PROBLEM TO SOLVE: For the data below, restate word for word only the lines from the line containing "v -55.5 12.5 19" through the line containing "v -57.351 10.506 19", both ends included.

SOURCE MATERIAL:
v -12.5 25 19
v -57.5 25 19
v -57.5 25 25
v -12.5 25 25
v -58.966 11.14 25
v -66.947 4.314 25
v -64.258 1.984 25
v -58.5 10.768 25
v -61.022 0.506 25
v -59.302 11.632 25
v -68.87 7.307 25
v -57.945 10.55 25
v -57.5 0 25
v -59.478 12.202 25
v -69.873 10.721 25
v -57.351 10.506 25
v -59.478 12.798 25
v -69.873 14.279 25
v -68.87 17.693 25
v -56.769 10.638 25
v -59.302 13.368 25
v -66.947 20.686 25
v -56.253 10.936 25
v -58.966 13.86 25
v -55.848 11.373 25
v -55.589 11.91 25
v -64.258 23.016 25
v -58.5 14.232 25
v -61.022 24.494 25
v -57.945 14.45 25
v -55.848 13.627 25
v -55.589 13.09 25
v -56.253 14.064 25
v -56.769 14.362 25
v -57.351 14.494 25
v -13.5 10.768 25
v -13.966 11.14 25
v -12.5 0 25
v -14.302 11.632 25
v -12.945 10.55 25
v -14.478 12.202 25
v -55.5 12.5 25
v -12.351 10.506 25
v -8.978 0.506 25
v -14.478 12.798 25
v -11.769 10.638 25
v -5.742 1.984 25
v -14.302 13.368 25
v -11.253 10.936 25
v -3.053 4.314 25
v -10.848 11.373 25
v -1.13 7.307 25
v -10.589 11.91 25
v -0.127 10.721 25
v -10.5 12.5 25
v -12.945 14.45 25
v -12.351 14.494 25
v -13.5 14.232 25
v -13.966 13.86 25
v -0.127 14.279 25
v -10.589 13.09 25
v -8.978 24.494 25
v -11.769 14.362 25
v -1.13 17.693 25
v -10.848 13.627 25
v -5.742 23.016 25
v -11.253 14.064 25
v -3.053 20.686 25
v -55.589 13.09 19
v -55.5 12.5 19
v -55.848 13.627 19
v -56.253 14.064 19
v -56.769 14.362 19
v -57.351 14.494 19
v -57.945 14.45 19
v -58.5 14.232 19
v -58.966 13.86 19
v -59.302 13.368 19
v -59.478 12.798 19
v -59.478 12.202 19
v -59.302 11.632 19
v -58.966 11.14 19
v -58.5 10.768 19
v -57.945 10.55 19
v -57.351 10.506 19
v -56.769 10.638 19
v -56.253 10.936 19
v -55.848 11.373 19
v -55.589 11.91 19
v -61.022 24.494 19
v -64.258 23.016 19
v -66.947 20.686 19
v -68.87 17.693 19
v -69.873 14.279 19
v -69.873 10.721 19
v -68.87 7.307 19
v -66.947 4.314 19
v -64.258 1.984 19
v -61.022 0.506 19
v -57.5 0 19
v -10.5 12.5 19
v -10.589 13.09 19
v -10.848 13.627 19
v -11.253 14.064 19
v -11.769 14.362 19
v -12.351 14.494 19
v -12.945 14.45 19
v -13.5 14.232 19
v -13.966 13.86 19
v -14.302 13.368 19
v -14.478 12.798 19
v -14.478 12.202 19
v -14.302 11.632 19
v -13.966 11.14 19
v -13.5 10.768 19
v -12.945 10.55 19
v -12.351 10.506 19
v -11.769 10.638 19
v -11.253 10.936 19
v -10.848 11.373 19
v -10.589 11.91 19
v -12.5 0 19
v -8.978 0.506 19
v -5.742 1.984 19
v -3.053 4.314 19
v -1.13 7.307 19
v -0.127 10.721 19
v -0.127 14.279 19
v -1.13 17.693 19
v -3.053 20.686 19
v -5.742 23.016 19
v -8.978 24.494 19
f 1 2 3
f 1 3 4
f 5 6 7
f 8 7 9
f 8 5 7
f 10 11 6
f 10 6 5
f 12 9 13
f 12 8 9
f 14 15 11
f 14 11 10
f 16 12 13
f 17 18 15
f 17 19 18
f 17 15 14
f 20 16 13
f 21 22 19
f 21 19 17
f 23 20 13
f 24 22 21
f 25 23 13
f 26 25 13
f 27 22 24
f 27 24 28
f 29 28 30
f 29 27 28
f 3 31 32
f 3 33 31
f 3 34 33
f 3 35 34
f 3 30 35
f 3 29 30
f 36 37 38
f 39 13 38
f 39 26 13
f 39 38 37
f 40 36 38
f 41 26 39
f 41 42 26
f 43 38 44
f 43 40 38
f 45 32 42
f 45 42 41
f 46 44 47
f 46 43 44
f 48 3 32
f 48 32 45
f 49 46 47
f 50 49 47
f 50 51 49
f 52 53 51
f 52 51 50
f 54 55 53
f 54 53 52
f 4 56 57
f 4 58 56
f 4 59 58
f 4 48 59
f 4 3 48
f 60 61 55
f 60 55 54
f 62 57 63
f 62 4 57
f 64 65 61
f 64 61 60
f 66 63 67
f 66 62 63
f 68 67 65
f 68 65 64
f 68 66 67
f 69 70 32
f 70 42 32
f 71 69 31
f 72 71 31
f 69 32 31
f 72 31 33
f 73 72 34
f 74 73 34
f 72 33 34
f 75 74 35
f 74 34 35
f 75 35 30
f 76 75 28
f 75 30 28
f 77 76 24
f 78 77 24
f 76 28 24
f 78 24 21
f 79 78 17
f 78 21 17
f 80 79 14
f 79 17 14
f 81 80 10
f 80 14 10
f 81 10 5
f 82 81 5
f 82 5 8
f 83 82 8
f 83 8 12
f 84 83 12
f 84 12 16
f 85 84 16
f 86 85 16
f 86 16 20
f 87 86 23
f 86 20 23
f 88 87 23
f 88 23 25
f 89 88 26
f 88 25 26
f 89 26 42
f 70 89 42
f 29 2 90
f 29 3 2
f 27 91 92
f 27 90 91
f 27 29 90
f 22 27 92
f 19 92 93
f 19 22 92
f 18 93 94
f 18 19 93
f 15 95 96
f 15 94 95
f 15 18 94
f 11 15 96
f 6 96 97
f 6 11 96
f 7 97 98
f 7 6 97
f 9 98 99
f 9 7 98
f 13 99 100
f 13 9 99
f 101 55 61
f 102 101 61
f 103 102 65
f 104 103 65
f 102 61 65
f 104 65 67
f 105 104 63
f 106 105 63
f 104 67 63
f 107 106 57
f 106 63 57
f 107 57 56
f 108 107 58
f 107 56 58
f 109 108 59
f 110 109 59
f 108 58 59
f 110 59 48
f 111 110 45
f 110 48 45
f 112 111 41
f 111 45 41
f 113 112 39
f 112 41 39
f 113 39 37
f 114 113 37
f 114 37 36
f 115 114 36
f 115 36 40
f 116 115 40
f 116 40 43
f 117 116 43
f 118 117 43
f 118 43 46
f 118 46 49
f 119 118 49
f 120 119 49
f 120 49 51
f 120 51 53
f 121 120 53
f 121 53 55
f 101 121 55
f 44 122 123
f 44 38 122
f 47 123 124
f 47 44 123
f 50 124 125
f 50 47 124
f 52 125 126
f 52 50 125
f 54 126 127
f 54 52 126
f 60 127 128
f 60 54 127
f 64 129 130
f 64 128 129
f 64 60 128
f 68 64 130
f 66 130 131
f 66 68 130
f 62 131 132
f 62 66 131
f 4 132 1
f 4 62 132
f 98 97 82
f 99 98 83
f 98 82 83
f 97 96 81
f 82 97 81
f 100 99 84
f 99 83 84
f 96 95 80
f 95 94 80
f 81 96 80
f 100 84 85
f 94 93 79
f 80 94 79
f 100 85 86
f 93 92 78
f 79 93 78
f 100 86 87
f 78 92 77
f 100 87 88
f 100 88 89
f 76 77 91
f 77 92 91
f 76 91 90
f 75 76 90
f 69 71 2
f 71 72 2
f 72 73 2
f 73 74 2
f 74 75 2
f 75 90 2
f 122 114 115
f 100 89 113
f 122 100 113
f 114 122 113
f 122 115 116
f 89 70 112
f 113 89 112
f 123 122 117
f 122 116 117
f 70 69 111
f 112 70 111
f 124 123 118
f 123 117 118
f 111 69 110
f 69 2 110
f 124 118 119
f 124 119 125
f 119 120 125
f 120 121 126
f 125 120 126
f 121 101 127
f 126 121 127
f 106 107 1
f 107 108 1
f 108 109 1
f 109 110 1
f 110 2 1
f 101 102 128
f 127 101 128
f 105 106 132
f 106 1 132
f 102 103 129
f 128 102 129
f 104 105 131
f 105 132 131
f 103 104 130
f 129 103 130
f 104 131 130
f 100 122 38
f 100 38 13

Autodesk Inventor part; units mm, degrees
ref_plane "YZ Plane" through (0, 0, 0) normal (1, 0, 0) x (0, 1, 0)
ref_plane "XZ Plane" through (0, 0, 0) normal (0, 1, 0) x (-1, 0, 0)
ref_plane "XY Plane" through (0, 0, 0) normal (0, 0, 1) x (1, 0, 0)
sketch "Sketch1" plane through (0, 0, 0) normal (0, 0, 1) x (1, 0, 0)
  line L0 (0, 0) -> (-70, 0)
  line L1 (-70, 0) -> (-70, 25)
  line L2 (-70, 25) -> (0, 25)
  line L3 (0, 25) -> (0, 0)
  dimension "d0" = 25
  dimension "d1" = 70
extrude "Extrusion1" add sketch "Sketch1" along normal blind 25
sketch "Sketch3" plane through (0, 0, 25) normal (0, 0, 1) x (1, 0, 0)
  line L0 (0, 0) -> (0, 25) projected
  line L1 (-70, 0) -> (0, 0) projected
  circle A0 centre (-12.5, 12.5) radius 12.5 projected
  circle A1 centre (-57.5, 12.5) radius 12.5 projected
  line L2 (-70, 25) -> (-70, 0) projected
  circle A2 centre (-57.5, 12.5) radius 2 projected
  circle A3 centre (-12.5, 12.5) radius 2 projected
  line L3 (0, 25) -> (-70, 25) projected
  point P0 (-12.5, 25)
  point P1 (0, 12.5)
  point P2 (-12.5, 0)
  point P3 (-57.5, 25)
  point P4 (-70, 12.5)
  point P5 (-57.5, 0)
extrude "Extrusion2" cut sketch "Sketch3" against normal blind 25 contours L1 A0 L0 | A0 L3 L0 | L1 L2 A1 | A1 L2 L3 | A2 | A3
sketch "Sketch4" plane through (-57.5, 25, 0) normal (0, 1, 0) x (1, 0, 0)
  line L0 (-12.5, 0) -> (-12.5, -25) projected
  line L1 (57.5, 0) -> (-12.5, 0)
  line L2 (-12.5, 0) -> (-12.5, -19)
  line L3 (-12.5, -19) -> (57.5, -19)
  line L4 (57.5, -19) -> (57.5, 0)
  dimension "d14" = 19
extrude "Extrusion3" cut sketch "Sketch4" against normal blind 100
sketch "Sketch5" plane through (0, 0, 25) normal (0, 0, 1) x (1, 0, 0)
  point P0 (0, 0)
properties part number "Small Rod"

* * *

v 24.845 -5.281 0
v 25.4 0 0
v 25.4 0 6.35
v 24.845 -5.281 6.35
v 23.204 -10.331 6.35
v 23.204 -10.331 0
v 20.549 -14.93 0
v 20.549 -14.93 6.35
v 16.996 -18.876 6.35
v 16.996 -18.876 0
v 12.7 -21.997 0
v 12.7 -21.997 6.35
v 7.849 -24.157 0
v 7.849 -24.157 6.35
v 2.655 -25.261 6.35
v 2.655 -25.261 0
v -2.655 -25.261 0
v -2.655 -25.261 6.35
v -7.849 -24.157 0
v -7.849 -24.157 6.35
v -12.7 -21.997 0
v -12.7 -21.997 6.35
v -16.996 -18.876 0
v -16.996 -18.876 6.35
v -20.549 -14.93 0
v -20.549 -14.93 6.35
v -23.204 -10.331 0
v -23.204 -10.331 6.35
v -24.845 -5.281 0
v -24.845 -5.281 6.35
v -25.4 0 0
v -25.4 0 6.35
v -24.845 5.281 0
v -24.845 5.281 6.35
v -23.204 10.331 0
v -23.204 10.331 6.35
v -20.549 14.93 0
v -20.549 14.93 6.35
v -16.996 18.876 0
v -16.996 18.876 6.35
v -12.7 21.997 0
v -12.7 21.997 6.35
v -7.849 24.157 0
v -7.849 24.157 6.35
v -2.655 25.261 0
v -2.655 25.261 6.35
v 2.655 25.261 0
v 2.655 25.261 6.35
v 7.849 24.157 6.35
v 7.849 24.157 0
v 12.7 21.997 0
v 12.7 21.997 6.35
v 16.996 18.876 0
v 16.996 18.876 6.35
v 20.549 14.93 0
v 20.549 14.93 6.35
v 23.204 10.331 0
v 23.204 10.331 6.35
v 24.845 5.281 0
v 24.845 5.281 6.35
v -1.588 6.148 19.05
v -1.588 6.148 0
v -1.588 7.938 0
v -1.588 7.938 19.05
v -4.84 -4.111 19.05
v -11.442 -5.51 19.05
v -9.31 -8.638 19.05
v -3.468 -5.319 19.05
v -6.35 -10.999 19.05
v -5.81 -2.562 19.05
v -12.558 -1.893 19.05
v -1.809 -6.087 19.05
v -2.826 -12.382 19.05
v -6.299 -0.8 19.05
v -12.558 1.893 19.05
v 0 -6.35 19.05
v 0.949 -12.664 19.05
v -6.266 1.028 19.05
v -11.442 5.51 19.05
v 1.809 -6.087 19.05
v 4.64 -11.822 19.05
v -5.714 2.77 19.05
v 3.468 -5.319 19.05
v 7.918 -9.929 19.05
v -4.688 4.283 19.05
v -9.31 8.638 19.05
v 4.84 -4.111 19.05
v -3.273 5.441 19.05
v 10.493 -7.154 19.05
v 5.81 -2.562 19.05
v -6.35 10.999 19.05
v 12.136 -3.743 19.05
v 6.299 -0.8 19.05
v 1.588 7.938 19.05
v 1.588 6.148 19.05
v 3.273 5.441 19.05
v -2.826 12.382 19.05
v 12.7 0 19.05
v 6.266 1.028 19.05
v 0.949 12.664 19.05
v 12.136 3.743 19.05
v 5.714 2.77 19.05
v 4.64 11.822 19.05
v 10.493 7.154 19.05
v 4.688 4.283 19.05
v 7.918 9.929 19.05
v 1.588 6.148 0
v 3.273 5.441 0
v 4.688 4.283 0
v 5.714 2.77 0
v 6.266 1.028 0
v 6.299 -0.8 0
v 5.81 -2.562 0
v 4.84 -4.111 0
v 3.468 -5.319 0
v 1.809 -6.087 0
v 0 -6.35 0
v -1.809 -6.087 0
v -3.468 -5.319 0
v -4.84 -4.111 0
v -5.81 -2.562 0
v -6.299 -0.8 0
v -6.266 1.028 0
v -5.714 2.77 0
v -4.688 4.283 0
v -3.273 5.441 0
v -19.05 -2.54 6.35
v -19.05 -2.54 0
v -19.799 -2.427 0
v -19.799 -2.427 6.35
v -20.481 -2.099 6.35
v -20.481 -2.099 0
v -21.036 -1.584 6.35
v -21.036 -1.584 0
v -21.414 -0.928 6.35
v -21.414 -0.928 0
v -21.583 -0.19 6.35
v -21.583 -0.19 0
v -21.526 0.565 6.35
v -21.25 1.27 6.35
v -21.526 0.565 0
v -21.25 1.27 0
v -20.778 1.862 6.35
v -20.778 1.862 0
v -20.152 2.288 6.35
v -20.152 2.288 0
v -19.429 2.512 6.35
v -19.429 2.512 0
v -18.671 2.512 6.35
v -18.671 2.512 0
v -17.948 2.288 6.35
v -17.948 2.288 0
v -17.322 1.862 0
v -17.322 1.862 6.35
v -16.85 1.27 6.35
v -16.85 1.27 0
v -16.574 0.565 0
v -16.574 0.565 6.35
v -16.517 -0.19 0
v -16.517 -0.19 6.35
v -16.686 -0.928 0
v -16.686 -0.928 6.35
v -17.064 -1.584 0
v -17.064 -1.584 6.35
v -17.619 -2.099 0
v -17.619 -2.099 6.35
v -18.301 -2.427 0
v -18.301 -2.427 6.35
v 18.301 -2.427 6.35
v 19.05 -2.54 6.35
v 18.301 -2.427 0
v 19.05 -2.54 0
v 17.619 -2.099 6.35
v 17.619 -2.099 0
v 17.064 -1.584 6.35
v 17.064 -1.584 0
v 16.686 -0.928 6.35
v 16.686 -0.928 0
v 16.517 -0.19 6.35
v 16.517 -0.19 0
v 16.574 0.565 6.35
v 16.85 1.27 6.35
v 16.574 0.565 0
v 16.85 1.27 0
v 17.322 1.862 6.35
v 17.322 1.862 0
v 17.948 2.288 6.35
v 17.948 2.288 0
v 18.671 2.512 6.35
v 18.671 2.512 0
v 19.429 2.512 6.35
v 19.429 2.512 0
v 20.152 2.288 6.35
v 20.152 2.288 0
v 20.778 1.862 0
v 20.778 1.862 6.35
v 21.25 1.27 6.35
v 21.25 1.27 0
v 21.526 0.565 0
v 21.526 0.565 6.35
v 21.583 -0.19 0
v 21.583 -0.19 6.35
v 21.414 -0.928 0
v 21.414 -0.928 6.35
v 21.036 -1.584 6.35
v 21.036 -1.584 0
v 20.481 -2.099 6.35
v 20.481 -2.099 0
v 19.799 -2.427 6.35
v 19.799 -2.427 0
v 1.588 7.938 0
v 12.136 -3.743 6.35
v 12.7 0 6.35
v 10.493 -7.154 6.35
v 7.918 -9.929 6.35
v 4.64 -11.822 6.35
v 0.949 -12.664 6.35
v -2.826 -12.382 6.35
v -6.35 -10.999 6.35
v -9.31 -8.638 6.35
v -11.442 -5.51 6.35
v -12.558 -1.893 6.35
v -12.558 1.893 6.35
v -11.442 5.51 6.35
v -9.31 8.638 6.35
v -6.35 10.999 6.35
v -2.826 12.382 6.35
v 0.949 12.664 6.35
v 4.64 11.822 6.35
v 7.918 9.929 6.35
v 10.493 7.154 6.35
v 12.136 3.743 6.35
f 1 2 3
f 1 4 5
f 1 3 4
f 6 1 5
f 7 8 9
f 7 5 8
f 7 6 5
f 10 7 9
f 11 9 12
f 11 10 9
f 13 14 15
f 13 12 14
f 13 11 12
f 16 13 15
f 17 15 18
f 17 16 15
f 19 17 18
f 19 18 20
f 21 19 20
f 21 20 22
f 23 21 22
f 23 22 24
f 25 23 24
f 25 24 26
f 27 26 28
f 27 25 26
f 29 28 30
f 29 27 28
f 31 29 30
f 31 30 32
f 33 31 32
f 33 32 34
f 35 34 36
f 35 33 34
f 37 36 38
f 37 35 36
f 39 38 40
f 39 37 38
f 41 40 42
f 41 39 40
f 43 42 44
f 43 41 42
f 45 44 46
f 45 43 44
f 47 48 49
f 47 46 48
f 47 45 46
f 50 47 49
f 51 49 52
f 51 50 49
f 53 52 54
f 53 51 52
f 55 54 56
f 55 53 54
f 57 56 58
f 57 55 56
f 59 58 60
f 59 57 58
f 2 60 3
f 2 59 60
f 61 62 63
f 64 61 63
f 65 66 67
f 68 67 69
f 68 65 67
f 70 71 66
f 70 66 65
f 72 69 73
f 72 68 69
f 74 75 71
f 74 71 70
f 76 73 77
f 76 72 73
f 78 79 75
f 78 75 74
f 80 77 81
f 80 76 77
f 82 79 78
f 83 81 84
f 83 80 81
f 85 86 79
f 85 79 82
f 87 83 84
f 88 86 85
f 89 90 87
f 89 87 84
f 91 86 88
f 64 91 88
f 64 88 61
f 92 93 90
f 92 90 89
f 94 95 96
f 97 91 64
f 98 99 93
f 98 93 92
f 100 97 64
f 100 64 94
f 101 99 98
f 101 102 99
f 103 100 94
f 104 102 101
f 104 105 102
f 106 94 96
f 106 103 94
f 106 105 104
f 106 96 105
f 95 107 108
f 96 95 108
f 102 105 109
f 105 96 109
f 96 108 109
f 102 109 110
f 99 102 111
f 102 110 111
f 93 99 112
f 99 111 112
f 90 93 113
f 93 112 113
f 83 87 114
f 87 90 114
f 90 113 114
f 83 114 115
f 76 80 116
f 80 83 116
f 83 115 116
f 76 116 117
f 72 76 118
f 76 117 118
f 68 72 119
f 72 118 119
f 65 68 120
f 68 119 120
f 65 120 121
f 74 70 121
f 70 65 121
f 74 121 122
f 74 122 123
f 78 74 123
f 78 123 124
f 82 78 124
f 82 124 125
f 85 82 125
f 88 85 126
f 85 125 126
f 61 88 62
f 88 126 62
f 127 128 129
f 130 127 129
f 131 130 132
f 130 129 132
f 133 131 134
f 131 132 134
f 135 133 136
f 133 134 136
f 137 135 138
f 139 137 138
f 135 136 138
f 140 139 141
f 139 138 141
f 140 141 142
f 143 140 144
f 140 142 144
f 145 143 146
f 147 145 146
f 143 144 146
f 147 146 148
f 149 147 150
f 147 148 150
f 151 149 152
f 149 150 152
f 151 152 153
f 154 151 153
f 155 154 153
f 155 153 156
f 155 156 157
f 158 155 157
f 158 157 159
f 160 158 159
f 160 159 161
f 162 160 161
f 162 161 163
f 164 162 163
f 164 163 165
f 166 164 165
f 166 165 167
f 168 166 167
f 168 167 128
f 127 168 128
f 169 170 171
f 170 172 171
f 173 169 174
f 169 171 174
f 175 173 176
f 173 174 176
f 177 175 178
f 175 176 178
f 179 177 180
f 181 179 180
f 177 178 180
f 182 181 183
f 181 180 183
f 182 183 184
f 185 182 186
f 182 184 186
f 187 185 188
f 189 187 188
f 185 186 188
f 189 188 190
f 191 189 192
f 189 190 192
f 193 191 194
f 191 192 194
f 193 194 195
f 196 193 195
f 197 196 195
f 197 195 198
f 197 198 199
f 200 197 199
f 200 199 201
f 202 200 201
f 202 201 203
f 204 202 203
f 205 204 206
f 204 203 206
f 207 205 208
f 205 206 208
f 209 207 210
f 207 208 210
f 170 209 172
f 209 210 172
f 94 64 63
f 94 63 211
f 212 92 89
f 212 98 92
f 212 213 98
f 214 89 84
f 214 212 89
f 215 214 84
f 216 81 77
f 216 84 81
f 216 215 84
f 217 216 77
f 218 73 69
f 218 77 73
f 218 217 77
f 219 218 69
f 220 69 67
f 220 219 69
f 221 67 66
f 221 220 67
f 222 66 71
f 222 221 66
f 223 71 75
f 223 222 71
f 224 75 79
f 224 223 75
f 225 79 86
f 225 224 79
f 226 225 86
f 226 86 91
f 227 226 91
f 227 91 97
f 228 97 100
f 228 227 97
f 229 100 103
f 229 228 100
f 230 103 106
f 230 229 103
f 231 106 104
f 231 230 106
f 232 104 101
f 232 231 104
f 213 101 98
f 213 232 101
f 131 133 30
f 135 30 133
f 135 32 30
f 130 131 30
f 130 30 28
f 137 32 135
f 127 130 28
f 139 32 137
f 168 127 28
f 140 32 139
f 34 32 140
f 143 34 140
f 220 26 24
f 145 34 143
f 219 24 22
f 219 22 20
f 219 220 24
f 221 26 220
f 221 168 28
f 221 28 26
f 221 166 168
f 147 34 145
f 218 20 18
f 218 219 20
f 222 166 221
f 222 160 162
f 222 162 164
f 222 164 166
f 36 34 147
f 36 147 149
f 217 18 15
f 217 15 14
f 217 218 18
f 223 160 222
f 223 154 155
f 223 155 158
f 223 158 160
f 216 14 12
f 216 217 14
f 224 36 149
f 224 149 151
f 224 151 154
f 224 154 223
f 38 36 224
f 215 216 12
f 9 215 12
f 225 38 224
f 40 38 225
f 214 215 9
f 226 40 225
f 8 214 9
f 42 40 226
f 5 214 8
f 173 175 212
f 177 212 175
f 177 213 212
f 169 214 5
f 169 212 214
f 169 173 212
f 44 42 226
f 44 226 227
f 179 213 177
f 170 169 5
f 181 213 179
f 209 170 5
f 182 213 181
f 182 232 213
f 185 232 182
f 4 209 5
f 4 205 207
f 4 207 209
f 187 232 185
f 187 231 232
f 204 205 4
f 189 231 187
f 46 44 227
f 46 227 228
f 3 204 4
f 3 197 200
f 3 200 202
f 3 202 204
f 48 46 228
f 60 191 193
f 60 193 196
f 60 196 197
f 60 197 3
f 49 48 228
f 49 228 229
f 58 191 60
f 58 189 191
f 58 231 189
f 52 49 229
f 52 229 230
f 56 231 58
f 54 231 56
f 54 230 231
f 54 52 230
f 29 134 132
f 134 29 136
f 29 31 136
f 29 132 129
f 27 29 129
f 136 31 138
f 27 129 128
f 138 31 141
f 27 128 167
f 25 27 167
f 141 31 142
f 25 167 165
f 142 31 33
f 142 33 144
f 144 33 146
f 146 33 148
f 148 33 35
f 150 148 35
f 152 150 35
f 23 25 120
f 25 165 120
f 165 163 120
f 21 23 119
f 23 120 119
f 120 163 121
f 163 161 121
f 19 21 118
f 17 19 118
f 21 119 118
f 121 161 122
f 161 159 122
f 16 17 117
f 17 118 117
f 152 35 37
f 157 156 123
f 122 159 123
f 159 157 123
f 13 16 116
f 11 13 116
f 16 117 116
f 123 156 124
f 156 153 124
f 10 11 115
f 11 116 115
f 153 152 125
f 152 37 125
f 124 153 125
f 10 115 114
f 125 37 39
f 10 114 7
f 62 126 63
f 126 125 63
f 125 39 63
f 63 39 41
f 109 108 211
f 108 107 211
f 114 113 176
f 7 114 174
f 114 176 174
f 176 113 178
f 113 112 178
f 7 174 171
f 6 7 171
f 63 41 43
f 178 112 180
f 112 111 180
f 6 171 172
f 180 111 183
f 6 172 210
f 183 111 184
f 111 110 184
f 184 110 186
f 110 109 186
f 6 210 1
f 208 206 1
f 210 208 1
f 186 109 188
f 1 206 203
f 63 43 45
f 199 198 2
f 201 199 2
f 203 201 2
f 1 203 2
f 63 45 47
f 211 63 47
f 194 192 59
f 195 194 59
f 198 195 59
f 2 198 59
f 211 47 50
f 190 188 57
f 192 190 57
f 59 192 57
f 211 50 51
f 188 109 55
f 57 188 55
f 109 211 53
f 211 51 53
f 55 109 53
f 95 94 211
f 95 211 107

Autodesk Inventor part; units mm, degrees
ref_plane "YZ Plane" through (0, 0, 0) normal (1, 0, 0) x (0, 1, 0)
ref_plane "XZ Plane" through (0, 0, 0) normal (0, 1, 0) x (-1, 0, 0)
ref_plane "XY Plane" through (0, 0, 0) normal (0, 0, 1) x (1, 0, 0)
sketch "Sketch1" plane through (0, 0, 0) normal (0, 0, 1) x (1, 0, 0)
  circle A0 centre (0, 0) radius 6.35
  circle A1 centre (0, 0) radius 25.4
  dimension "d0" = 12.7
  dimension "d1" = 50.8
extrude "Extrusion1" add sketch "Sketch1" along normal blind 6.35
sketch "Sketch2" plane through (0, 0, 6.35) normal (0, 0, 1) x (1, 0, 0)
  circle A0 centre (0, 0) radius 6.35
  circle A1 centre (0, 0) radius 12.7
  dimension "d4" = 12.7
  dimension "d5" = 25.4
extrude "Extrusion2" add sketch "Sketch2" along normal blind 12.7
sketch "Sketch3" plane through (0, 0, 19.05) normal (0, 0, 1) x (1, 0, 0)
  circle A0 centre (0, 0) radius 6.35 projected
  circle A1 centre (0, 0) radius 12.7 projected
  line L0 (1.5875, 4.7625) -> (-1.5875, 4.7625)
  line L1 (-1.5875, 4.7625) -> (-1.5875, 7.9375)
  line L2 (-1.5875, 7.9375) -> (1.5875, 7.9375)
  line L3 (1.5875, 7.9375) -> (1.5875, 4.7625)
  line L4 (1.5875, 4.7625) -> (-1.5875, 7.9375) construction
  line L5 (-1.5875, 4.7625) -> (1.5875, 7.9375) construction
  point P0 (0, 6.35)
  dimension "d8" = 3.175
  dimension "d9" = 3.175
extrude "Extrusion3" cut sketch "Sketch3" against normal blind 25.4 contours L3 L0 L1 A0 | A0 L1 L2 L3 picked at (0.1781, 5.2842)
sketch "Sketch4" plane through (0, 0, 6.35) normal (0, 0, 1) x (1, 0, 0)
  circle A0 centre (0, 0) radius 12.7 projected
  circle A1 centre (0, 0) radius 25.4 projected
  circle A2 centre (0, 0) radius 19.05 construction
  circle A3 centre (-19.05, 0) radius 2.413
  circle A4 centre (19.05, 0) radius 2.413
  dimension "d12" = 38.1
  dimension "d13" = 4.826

OUTPUT OF THE TASK:
v -55.5 12.5 19
v -55.848 13.627 19
v -56.253 14.064 19
v -56.769 14.362 19
v -57.351 14.494 19
v -57.945 14.45 19
v -58.5 14.232 19
v -58.966 13.86 19
v -59.302 13.368 19
v -59.478 12.798 19
v -59.478 12.202 19
v -59.302 11.632 19
v -58.966 11.14 19
v -58.5 10.768 19
v -57.945 10.55 19
v -57.351 10.506 19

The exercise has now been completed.